论文标题
通过声学对抗性逃避机器学习的实时语音情感检测的隐私
Privacy against Real-Time Speech Emotion Detection via Acoustic Adversarial Evasion of Machine Learning
论文作者
论文摘要
智能扬声器语音助手(VAS),例如Amazon Echo和Google Home,由于它们与智能家居设备和物联网(IoT)技术的无缝集成,因此被广泛采用。这些VA服务引起了隐私问题,尤其是由于它们获得了我们的演讲。这项工作考虑了这样一种用例:通过语音情感识别(SER)对用户情绪的不可接受和未经授权的监视。本文介绍了Dare-GP,该解决方案为掩盖用户的情感信息产生加性噪音,同时保留其语音的转录相关部分。 Dare-GP通过使用约束的基因编程方法来学习描述目标用户情感内容的光谱频率特征,然后产生通用的对抗性音频扰动,从而提供此隐私保护。与现有的作品不同,DARE-GP提供:a)a)对以前闻所未闻的话语的实时保护,b)防止以前未见的黑盒ser分类器,c)在保护语音转录的同时,d)在现实的声学环境中这样做。此外,这种逃避对知识渊博的对手所采用的防御能力是有力的。这项工作的评估最终以声学评估对两个现成的商业智能扬声器进行了使用,使用小型因子(Raspberry Pi)与尾流系统集成,以评估其现实世界实时部署的效果。

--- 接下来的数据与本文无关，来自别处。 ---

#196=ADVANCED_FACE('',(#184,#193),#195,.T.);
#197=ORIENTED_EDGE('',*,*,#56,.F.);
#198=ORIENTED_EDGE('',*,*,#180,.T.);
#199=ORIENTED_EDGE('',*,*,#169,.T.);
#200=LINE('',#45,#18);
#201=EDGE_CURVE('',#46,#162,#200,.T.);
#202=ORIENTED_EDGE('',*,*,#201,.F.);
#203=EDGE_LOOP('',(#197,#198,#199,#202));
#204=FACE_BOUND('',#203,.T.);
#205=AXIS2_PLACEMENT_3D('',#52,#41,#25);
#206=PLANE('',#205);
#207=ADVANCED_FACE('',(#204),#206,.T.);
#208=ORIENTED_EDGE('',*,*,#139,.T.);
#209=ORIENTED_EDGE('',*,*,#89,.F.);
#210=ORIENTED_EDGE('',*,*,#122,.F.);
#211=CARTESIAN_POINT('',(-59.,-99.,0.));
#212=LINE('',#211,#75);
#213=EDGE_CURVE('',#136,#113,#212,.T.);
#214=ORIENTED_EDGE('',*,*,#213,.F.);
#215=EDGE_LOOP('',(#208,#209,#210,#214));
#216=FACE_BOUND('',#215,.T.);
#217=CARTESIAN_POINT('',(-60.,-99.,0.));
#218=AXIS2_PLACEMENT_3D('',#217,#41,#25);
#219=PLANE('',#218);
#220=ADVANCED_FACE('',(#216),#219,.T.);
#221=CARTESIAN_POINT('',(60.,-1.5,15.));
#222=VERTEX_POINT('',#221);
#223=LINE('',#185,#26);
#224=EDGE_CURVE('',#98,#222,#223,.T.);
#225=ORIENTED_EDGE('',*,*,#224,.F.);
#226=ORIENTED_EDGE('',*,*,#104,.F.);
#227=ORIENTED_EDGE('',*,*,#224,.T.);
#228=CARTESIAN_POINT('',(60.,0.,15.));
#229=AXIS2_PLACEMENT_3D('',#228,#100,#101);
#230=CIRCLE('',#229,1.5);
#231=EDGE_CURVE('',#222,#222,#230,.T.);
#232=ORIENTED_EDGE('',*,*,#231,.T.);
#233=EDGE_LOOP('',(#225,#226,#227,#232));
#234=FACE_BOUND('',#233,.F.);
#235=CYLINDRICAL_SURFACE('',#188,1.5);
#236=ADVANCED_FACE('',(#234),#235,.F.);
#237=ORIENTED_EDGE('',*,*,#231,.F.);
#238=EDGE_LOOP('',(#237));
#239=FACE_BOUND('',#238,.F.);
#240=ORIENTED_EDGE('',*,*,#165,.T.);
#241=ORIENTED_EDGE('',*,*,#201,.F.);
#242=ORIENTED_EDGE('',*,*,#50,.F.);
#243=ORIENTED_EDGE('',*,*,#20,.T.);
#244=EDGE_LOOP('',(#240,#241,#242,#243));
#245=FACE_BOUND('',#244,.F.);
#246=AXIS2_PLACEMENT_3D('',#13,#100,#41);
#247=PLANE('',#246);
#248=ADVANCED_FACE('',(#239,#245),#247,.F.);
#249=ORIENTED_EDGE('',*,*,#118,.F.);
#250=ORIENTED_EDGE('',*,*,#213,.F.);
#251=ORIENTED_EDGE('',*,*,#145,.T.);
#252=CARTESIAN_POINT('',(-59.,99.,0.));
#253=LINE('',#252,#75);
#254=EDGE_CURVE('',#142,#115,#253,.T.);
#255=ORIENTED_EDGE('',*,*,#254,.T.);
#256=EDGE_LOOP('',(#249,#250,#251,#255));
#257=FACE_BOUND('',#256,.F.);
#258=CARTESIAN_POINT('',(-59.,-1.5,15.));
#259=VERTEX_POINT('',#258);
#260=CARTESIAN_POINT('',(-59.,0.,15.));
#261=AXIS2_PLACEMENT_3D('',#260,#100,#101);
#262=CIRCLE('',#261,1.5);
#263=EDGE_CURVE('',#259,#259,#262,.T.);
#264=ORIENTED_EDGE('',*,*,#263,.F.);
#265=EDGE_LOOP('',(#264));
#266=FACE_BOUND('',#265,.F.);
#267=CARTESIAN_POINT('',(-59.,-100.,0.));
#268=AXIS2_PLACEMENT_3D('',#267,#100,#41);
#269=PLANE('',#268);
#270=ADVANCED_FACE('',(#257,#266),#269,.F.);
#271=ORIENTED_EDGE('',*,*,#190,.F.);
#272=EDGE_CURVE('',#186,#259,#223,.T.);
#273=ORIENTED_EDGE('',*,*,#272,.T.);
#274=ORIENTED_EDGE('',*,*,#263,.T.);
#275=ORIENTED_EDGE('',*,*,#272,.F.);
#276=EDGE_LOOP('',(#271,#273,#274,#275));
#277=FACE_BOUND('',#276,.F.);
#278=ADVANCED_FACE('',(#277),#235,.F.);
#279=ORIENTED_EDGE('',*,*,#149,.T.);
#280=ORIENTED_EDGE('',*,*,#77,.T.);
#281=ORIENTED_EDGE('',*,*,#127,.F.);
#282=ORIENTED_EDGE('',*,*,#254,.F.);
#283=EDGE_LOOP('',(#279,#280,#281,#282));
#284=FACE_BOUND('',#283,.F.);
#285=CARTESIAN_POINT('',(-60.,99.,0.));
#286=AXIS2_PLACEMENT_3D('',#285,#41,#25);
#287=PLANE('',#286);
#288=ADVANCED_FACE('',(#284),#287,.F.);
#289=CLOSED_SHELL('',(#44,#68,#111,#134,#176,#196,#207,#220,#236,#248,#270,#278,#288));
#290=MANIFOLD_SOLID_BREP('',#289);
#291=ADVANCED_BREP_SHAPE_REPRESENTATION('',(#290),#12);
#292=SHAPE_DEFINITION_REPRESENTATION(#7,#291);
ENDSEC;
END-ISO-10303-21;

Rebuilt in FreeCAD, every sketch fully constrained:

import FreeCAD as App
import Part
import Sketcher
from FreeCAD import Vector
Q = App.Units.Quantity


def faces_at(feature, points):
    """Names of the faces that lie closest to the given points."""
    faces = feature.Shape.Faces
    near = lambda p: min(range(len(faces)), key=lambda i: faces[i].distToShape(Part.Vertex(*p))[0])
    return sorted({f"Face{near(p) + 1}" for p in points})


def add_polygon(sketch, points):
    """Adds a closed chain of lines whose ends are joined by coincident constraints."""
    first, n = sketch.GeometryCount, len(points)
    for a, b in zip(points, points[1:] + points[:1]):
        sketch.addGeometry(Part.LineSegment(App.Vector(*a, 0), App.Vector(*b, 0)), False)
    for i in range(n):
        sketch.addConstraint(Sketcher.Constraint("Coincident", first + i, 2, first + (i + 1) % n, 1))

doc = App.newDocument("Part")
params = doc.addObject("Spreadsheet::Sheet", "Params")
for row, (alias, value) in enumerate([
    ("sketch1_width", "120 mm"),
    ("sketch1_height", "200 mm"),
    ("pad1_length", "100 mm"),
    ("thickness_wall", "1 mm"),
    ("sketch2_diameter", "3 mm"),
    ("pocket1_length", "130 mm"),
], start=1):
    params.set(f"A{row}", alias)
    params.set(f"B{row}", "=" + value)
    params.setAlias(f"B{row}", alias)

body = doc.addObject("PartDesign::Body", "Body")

Smart speaker voice assistants (VAs) such as Amazon Echo and Google Home have been widely adopted due to their seamless integration with smart home devices and the Internet of Things (IoT) technologies. These VA services raise privacy concerns, especially due to their access to our speech. This work considers one such use case: the unaccountable and unauthorized surveillance of a user's emotion via speech emotion recognition (SER). This paper presents DARE-GP, a solution that creates additive noise to mask users' emotional information while preserving the transcription-relevant portions of their speech. DARE-GP does this by using a constrained genetic programming approach to learn the spectral frequency traits that depict target users' emotional content, and then generating a universal adversarial audio perturbation that provides this privacy protection. Unlike existing works, DARE-GP provides: a) real-time protection of previously unheard utterances, b) against previously unseen black-box SER classifiers, c) while protecting speech transcription, and d) does so in a realistic, acoustic environment. Further, this evasion is robust against defenses employed by a knowledgeable adversary. The evaluations in this work culminate with acoustic evaluations against two off-the-shelf commercial smart speakers using a small-form-factor (raspberry pi) integrated with a wake-word system to evaluate the efficacy of its real-world, real-time deployment.